Every senior executive knows that bad hires are expensive. In fact, a bad hiring decision can cost up to 15 times that employee’s paycheck if you aren’t careful. Rather than firing bad employees, your best defense is to not hire them in the first place. So I direct you to Who, the A Method for Hiring, by Geoff Smart and Randy Street. This book outlines some solid strategies to help hiring managers avoid making the wrong choice.
The main thesis of the book is that hiring managers don’t adopt a systematic process when they hire new employees. Instead, they fall back on “gut instinct” or what Smart and Street call “voodoo hiring methods.” If you are going to make an A-class hire, they recommend a four-step process (the four “S’s”):
- The Scorecard – Use a scoring system that aligns the job requirements with the skill set you need. It should include three elements: A) Mission statement, outlining the hire’s corporate objective; B) Outcomes, which details results rather than activities (which is where most job descriptions go wrong); and C) Competencies, which describes the way you expect the candidate to achieve the results. Competencies should include both behavioral and cultural considerations, such as efficiency, honestly, aggressiveness, attention to detail, intelligence, productivity, etc.

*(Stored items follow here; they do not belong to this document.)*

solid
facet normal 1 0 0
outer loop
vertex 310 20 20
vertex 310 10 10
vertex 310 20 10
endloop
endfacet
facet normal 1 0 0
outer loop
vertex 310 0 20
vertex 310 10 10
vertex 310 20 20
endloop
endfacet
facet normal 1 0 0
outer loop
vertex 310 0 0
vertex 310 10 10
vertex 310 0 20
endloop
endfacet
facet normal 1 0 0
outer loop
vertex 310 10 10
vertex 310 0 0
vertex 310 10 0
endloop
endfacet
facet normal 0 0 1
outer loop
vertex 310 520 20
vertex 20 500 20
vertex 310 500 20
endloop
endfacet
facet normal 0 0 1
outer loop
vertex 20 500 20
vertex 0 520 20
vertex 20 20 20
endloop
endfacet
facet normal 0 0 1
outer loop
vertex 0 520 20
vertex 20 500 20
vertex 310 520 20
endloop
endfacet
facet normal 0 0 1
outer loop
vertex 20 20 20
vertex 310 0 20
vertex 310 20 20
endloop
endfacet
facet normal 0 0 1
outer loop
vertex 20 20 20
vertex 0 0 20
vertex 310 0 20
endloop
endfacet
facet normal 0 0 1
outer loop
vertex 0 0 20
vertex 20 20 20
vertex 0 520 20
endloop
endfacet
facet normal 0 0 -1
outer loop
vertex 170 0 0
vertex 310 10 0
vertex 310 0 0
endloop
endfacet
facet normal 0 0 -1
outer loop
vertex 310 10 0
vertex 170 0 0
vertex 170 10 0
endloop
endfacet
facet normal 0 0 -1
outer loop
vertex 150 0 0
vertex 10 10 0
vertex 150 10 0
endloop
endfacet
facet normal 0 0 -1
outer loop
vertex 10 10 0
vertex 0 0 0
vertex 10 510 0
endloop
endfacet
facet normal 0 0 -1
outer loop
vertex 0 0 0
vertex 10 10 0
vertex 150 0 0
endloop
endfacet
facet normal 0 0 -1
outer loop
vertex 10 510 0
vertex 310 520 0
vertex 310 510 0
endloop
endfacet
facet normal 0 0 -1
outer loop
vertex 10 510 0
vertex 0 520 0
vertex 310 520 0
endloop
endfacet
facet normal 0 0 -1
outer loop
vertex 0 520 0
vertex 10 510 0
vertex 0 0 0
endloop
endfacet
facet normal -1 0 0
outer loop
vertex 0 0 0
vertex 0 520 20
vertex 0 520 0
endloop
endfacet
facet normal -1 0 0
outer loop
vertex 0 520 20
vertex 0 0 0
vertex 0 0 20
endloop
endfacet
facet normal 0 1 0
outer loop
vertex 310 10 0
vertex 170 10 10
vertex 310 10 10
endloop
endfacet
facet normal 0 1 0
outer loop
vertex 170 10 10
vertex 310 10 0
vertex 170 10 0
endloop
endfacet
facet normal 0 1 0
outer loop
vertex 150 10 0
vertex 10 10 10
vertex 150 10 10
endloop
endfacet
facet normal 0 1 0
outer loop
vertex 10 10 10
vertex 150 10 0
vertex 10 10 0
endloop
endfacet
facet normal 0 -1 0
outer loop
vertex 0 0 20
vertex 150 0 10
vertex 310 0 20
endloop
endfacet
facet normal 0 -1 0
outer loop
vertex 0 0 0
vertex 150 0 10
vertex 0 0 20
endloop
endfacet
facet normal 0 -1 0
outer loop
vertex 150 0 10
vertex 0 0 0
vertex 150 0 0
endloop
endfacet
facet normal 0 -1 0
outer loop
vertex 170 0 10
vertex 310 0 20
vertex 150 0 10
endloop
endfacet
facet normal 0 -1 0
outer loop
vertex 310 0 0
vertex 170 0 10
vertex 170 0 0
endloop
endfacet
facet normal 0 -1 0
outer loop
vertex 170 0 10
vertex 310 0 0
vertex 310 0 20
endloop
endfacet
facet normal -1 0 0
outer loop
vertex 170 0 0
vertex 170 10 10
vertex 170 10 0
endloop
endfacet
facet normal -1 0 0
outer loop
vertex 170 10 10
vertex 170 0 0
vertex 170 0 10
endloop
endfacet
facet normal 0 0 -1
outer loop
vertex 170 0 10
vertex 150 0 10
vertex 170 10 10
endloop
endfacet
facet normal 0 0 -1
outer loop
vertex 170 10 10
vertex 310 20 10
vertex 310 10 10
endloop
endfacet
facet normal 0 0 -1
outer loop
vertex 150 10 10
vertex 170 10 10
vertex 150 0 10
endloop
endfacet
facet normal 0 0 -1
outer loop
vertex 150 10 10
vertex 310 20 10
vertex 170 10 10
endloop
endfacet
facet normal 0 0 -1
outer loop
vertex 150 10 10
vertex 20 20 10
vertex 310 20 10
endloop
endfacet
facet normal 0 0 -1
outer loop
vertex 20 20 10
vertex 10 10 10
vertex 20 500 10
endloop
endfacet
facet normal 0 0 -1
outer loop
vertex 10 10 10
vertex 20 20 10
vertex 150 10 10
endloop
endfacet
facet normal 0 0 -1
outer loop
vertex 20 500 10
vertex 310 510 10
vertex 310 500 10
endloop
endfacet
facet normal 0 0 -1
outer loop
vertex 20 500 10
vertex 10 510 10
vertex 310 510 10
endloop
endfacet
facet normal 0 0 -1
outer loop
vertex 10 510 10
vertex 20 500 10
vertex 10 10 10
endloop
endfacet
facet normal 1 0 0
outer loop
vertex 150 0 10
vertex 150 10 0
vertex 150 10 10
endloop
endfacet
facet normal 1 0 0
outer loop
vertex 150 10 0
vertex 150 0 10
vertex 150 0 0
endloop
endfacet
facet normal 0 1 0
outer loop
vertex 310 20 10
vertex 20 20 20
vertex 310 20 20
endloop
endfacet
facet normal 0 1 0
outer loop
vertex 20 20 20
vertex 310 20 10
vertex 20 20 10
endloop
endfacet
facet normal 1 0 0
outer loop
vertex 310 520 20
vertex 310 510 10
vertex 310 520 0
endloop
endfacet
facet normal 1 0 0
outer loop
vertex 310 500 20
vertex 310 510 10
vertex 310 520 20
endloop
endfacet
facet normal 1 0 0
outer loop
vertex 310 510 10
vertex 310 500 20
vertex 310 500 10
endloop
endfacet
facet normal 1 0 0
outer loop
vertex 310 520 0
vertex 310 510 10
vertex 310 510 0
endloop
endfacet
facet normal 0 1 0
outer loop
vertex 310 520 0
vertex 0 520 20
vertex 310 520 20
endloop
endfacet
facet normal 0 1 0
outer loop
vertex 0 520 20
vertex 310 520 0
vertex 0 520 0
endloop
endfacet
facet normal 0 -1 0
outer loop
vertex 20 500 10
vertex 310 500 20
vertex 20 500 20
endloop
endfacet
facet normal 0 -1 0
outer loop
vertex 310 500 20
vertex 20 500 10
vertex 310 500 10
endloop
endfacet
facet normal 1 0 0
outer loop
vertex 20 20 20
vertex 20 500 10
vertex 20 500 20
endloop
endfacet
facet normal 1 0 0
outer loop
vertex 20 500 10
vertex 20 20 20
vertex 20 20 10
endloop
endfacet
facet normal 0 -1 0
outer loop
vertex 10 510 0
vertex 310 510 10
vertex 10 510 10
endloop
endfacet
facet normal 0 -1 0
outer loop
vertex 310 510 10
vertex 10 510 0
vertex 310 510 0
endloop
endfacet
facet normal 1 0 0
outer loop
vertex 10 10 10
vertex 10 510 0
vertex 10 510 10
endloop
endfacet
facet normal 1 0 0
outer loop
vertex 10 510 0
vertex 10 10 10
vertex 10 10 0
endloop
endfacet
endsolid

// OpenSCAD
ipad_width = 300;
ipad_height = 500;

border_size = 10;

cord_size = 20;


// edges
///////////////////////////////////////////////////////////////////////////////

// bottom edge, with cord cut-out
difference() {
	cube([ipad_width + border_size, border_size, border_size * 2]);

	translate([(ipad_width - cord_size) / 2 + border_size, border_size * -1, border_size * -1]) {
		cube([cord_size, border_size * 3, border_size * 2]);
	}
}

// top edge
translate([0, ipad_height + border_size, 0]) {
	cube([ipad_width + border_size, border_size, border_size * 2]);
}

// side
cube([border_size, ipad_height + border_size * 2, border_size * 2]);


// ridges
///////////////////////////////////////////////////////////////////////////////

translate([0, 0, border_size]) {
	// top
	cube([ipad_width + border_size, border_size * 2, border_size]);

	// bottom
	translate([0, ipad_height, 0]) {
		cube([ipad_width + border_size, border_size * 2, border_size]);
	}

	// side
	cube([border_size * 2, ipad_height + border_size * 2, border_size]);
}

- The Source – Where you find your candidates has a direct relationship on their capabilities. You need to consider whether the source was a network contact, staff, recruiter, or some other source. The quality of the source maps to the quality of the candidate, and be sure to offer incentives where appropriate to improve results.
- Select – Smart and Street recommend a set of four progressively intense interviews to identify top candidates. 1) Screening first by telephone weeds out inappropriate candidates. The authors suggest a series of screening questions such as: “What are your career goals?” “What are you good at?” “What are you bad at?” “How would your last five bosses grade you?” 2) Topgrading, where you walk through a chronological job history, including reason for the hire, reason they left, what they achieved, and more. Drill down to get a complete picture of the candidate and how they function in a work setting. 3) Focus, where you have at least three team members conduct in-depth interviews of 45 minutes to an hour using the scorecard for guidance, and looking for details about experience, mistakes, and cultural and behavioral competencies. 4) Check references, including listening for what is unsaid or reading between the lines about a candidate.
- Sell – Once you have found the perfect prospect, you need to sign them up. The best candidates will require a little selling to accept, so the authors recommend using the five “F’s” – fit, family, freedom, fortune, and fun.
There are a number of insights you can take away from this book, but the big idea here is being able to put together a cogent, well-thought-out methodology behind your hiring strategy. Eliminating voodoo hiring practices in favor of a proven, repeatable approach that weeds out the bad apples and brings in the stellar candidates is your best bet for hiring success.